前提

商業施設の内装に強い15名前後の会社が、次の受注の柱を探していた

関西圏のある内装工事会社は、年商6億〜9億円ほど、社員は15名前後の規模でした。

これまでの主戦場は商業施設まわりの内装工事です。一定の実績もあります。現場対応力もあります。ただ、社長の頭の中には、少し先の景色がありました。

「商業施設の需要がこの先どう動くか、やっぱり読みにくいですよね」

「特定の市場に依存しない形にしておきたいんです」

この会社が考えていたのは、単なる売上拡大ではありません。商業施設だけに寄りすぎた売上構造を見直し、需要変動に強い受注ポートフォリオを作ることでした。
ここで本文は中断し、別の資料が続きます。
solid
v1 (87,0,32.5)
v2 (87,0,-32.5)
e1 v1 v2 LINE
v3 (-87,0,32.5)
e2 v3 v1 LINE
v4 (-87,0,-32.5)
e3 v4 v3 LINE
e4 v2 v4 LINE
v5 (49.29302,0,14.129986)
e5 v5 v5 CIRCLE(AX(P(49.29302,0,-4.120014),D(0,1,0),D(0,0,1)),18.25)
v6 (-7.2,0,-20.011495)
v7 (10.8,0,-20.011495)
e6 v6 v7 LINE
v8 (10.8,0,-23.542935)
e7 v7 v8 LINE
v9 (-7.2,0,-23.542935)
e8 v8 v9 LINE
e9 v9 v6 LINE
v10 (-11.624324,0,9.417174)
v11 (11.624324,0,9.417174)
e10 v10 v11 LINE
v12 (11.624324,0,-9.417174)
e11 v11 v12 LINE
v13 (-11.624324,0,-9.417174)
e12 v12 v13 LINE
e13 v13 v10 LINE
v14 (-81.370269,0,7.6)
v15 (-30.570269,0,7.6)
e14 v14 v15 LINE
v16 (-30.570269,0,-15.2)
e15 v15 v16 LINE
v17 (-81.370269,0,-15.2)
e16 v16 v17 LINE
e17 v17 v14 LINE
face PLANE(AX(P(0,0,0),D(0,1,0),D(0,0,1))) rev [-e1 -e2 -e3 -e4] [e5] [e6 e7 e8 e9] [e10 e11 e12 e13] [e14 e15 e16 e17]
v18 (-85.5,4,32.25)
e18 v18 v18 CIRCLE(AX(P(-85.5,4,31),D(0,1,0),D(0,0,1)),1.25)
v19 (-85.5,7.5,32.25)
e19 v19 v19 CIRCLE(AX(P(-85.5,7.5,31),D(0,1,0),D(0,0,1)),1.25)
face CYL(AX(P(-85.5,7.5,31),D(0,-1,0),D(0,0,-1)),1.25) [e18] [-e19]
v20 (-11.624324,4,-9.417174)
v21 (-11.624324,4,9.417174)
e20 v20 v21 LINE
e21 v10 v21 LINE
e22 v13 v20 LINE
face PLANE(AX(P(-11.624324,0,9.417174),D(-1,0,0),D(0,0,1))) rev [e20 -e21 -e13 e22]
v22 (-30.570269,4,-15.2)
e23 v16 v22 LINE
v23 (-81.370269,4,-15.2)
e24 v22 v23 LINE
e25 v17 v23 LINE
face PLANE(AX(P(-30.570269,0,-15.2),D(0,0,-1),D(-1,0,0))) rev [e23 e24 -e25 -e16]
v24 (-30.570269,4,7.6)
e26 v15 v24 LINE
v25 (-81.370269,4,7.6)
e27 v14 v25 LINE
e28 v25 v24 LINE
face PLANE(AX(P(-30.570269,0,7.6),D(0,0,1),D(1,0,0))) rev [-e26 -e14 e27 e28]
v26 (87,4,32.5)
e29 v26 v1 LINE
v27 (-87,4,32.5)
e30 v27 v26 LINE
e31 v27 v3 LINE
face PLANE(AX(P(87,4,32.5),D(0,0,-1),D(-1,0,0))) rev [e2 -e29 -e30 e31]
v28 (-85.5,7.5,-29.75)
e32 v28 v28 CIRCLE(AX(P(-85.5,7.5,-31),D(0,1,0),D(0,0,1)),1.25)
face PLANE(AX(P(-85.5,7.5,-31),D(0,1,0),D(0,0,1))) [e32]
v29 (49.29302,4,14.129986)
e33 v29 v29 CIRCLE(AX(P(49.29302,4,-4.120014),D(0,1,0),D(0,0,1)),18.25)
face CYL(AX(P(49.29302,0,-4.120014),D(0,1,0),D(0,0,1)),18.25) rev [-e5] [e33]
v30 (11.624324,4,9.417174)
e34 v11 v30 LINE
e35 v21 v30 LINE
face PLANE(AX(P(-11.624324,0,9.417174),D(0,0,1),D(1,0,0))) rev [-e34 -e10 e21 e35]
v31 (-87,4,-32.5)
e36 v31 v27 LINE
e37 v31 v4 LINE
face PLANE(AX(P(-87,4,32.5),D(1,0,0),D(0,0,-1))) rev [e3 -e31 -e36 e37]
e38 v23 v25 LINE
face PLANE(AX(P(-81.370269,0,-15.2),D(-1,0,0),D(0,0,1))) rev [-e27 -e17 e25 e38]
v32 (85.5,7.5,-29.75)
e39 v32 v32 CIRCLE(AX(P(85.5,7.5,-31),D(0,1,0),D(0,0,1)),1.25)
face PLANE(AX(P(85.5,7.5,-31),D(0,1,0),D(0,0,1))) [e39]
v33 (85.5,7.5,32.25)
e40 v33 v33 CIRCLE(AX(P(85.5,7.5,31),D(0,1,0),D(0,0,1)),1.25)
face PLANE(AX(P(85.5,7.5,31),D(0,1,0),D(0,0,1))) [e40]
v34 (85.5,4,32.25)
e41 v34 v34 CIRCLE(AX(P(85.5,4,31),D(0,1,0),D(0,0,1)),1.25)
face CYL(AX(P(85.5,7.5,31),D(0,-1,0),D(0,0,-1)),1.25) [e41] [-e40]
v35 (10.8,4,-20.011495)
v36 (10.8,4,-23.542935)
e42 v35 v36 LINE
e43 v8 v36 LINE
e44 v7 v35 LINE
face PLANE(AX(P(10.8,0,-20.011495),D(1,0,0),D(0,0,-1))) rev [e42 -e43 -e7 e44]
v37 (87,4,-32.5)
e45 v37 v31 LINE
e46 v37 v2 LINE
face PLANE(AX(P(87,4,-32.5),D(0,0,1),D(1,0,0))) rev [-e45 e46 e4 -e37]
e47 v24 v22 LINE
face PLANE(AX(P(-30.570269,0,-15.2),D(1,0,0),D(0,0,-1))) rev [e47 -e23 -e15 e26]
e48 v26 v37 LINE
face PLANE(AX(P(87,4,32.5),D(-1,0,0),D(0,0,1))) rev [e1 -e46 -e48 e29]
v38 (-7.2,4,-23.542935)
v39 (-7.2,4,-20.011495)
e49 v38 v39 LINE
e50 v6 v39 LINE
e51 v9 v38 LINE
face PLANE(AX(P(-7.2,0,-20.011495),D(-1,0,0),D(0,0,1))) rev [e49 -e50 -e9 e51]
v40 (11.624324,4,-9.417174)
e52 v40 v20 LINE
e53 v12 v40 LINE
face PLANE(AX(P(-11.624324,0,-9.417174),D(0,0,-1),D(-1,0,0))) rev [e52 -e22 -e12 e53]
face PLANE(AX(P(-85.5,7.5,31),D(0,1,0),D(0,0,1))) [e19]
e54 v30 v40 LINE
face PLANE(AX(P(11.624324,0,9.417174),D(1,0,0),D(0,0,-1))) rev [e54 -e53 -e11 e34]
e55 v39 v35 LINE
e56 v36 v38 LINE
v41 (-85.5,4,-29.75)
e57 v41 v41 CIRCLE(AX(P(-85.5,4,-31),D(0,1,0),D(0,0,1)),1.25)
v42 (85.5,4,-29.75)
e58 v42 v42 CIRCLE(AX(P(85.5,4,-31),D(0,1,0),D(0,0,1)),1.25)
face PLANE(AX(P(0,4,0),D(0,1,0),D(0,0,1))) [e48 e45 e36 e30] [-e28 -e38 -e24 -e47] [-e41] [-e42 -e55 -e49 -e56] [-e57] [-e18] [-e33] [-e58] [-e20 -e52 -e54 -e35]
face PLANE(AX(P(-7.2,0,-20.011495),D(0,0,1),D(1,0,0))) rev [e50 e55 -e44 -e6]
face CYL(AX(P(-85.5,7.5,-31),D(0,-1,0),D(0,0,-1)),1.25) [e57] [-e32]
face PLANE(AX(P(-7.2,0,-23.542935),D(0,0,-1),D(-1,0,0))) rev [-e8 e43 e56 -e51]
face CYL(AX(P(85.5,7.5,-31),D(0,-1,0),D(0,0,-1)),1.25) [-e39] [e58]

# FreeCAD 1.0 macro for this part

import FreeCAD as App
import Part
import Sketcher
from FreeCAD import Vector

doc = App.newDocument("Part")
body = doc.addObject("PartDesign::Body", "Body")

sketch1 = body.newObject("Sketcher::SketchObject", "Sketch")
sketch1.AttachmentSupport = (doc.getObject("XZ_Plane"), [""])
sketch1.MapMode = "FlatFace"
sketch1.addGeometry([
    Part.LineSegment(Vector(-87, -32, 0), Vector(-87, 32, 0)),
    Part.LineSegment(Vector(-87, 32, 0), Vector(87, 32, 0)),
    Part.LineSegment(Vector(87, 32, 0), Vector(87, -32, 0)),
    Part.LineSegment(Vector(87, -32, 0), Vector(-87, -32, 0)),
], False)
sketch1.addConstraint([
    Sketcher.Constraint("Coincident", 0, 2, 1, 1),
    Sketcher.Constraint("Coincident", 1, 2, 2, 1),
    Sketcher.Constraint("Coincident", 2, 2, 3, 1),
    Sketcher.Constraint("Coincident", 3, 2, 0, 1),
    Sketcher.Constraint("Vertical", 0),
    Sketcher.Constraint("Horizontal", 1),
    Sketcher.Constraint("Vertical", 2),
    Sketcher.Constraint("Horizontal", 3),
    Sketcher.Constraint("Symmetric", 0, 2, 2, 2, -1, 1),
    Sketcher.Constraint("DistanceX", 1, 1, 1, 2, 174.0),
    Sketcher.Constraint("DistanceY", 0, 1, 0, 2, 65.0),
])
pad1 = body.newObject("PartDesign::Pad", "Pad")
pad1.Profile = sketch1
pad1.Length = 4
pad1.Reversed = True

sketch2 = body.newObject("Sketcher::SketchObject", "Sketch001")
sketch2.AttachmentSupport = (doc.getObject("XZ_Plane"), [""])
sketch2.MapMode = "FlatFace"
sketch2.AttachmentOffset = App.Placement(Vector(0, 0, -4), App.Rotation())
sketch2.addGeometry(Part.Circle(Vector(49, -4, 0), Vector(0, 0, 1), 18), False)
sketch2.addConstraint([
    Sketcher.Constraint("Diameter", 0, 36.5),
    Sketcher.Constraint("DistanceX", -1, 1, 0, 3, 49.29302),
    Sketcher.Constraint("DistanceY", 0, 3, -1, 1, 4.120014),
])
pocket1 = body.newObject("PartDesign::Pocket", "Pocket")
pocket1.Profile = sketch2
pocket1.Length = 4
pocket1.Reversed = True

sketch3 = body.newObject("Sketcher::SketchObject", "Sketch002")
sketch3.AttachmentSupport = (doc.getObject("XZ_Plane"), [""])
sketch3.MapMode = "FlatFace"
sketch3.AttachmentOffset = App.Placement(Vector(0, 0, -4), App.Rotation())
sketch3.addGeometry([
    Part.LineSegment(Vector(-81, -15, 0), Vector(-81, 8, 0)),
    Part.LineSegment(Vector(-81, 8, 0), Vector(-31, 8, 0)),
    Part.LineSegment(Vector(-31, 8, 0), Vector(-31, -15, 0)),
    Part.LineSegment(Vector(-31, -15, 0), Vector(-81, -15, 0)),
], False)
sketch3.addConstraint([
    Sketcher.Constraint("Coincident", 0, 2, 1, 1),
    Sketcher.Constraint("Coincident", 1, 2, 2, 1),
    Sketcher.Constraint("Coincident", 2, 2, 3, 1),
    Sketcher.Constraint("Coincident", 3, 2, 0, 1),
    Sketcher.Constraint("Vertical", 0),
    Sketcher.Constraint("Horizontal", 1),
    Sketcher.Constraint("Vertical", 2),
    Sketcher.Constraint("Horizontal", 3),
    Sketcher.Constraint("DistanceX", 1, 1, 1, 2, 50.8),
    Sketcher.Constraint("DistanceY", 0, 1, 0, 2, 22.8),
    Sketcher.Constraint("DistanceY", -1, 1, 0, 2, 7.6),
    Sketcher.Constraint("DistanceX", 0, 2, -1, 1, 81.370269),
])
pocket2 = body.newObject("PartDesign::Pocket", "Pocket001")
pocket2.Profile = sketch3
pocket2.Length = 4
pocket2.Reversed = True

sketch4 = body.newObject("Sketcher::SketchObject", "Sketch003")
sketch4.AttachmentSupport = (doc.getObject("XZ_Plane"), [""])
sketch4.MapMode = "FlatFace"
sketch4.AttachmentOffset = App.Placement(Vector(0, 0, -4), App.Rotation())
sketch4.addGeometry([
    Part.LineSegment(Vector(-7.2, -23.5, 0), Vector(-7.2, -20, 0)),
    Part.LineSegment(Vector(-7.2, -20, 0), Vector(10.8, -20, 0)),
    Part.LineSegment(Vector(10.8, -20, 0), Vector(10.8, -23.5, 0)),
    Part.LineSegment(Vector(10.8, -23.5, 0), Vector(-7.2, -23.5, 0)),
], False)
sketch4.addConstraint([
    Sketcher.Constraint("Coincident", 0, 2, 1, 1),
    Sketcher.Constraint("Coincident", 1, 2, 2, 1),
    Sketcher.Constraint("Coincident", 2, 2, 3, 1),
    Sketcher.Constraint("Coincident", 3, 2, 0, 1),
    Sketcher.Constraint("Vertical", 0),
    Sketcher.Constraint("Horizontal", 1),
    Sketcher.Constraint("Vertical", 2),
    Sketcher.Constraint("Horizontal", 3),
    Sketcher.Constraint("DistanceX", 1, 1, 1, 2, 18.0),
    Sketcher.Constraint("DistanceX", 0, 2, -1, 1, 7.2),
    Sketcher.Constraint("DistanceY", 0, 1, 0, 2, 3.53144),
    Sketcher.Constraint("DistanceY", 0, 2, -1, 1, 20.011495),
])
pocket3 = body.newObject("PartDesign::Pocket", "Pocket002")
pocket3.Profile = sketch4
pocket3.Length = 4
pocket3.Reversed = True

sketch5 = body.newObject("Sketcher::SketchObject", "Sketch004")
sketch5.AttachmentSupport = (doc.getObject("XZ_Plane"), [""])
sketch5.MapMode = "FlatFace"
sketch5.AttachmentOffset = App.Placement(Vector(0, 0, -4), App.Rotation())
sketch5.addGeometry([
    Part.LineSegment(Vector(-12, -9, 0), Vector(-12, 9, 0)),
    Part.LineSegment(Vector(-12, 9, 0), Vector(12, 9, 0)),
    Part.LineSegment(Vector(12, 9, 0), Vector(12, -9, 0)),
    Part.LineSegment(Vector(12, -9, 0), Vector(-12, -9, 0)),
], False)
sketch5.addConstraint([
    Sketcher.Constraint("Coincident", 0, 2, 1, 1),
    Sketcher.Constraint("Coincident", 1, 2, 2, 1),
    Sketcher.Constraint("Coincident", 2, 2, 3, 1),
    Sketcher.Constraint("Coincident", 3, 2, 0, 1),
    Sketcher.Constraint("Vertical", 0),
    Sketcher.Constraint("Horizontal", 1),
    Sketcher.Constraint("Vertical", 2),
    Sketcher.Constraint("Horizontal", 3),
    Sketcher.Constraint("Symmetric", 0, 2, 2, 2, -1, 1),
    Sketcher.Constraint("DistanceX", 1, 1, 1, 2, 23.248648),
    Sketcher.Constraint("DistanceY", 0, 1, 0, 2, 18.834348),
])
pocket4 = body.newObject("PartDesign::Pocket", "Pocket003")
pocket4.Profile = sketch5
pocket4.Length = 4
pocket4.Reversed = True

sketch6 = body.newObject("Sketcher::SketchObject", "Sketch005")
sketch6.AttachmentSupport = (doc.getObject("XZ_Plane"), [""])
sketch6.MapMode = "FlatFace"
sketch6.AttachmentOffset = App.Placement(Vector(0, 0, -4), App.Rotation())
sketch6.addGeometry([
    Part.Circle(Vector(-85.5, -31, 0), Vector(0, 0, 1), 1.2),
    Part.Circle(Vector(-85.5, 31, 0), Vector(0, 0, 1), 1.2),
], False)
sketch6.addConstraint([
    Sketcher.Constraint("Equal", 0, 1),
    Sketcher.Constraint("Symmetric", 0, 3, 1, 3, -1),
    Sketcher.Constraint("Diameter", 0, 2.5),
    Sketcher.Constraint("DistanceY", 0, 3, -1, 1, 31.0),
    Sketcher.Constraint("DistanceX", 0, 3, -1, 1, 85.5),
])
pad2 = body.newObject("PartDesign::Pad", "Pad001")
pad2.Profile = sketch6
pad2.Length = 3.5
pad2.Reversed = True

sketch7 = body.newObject("Sketcher::SketchObject", "Sketch006")
sketch7.AttachmentSupport = (doc.getObject("XZ_Plane"), [""])
sketch7.MapMode = "FlatFace"
sketch7.AttachmentOffset = App.Placement(Vector(0, 0, -4), App.Rotation())
sketch7.addGeometry([
    Part.Circle(Vector(85.5, -31, 0), Vector(0, 0, 1), 1.2),
    Part.Circle(Vector(85.5, 31, 0), Vector(0, 0, 1), 1.2),
], False)
sketch7.addConstraint([
    Sketcher.Constraint("Equal", 0, 1),
    Sketcher.Constraint("Symmetric", 0, 3, 1, 3, -1),
    Sketcher.Constraint("Diameter", 0, 2.5),
    Sketcher.Constraint("DistanceY", 0, 3, -1, 1, 31.0),
    Sketcher.Constraint("DistanceX", -1, 1, 0, 3, 85.5),
])
pad3 = body.newObject("PartDesign::Pad", "Pad002")
pad3.Profile = sketch7
pad3.Length = 3.5
pad3.Reversed = True

doc.recompute()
その一歩として、再販事業に関わるマンション・戸建ての工事、ハウスビルダーやデベロッパーとの接点づくりが検討されました。結果として、大手ハウスビルダーの見積もり案件につながり、1,000万円規模の新規工事受注にも至っています。

ここで大事なのは、「新しい仕事を取りに行った」という話だけではない点です。

どの市場に依存しているのか。どの市場なら既存体制で受けられるのか。どの順番で実績を作るのか。

この整理があって、はじめて販路開拓が経営上のリスクヘッジになります。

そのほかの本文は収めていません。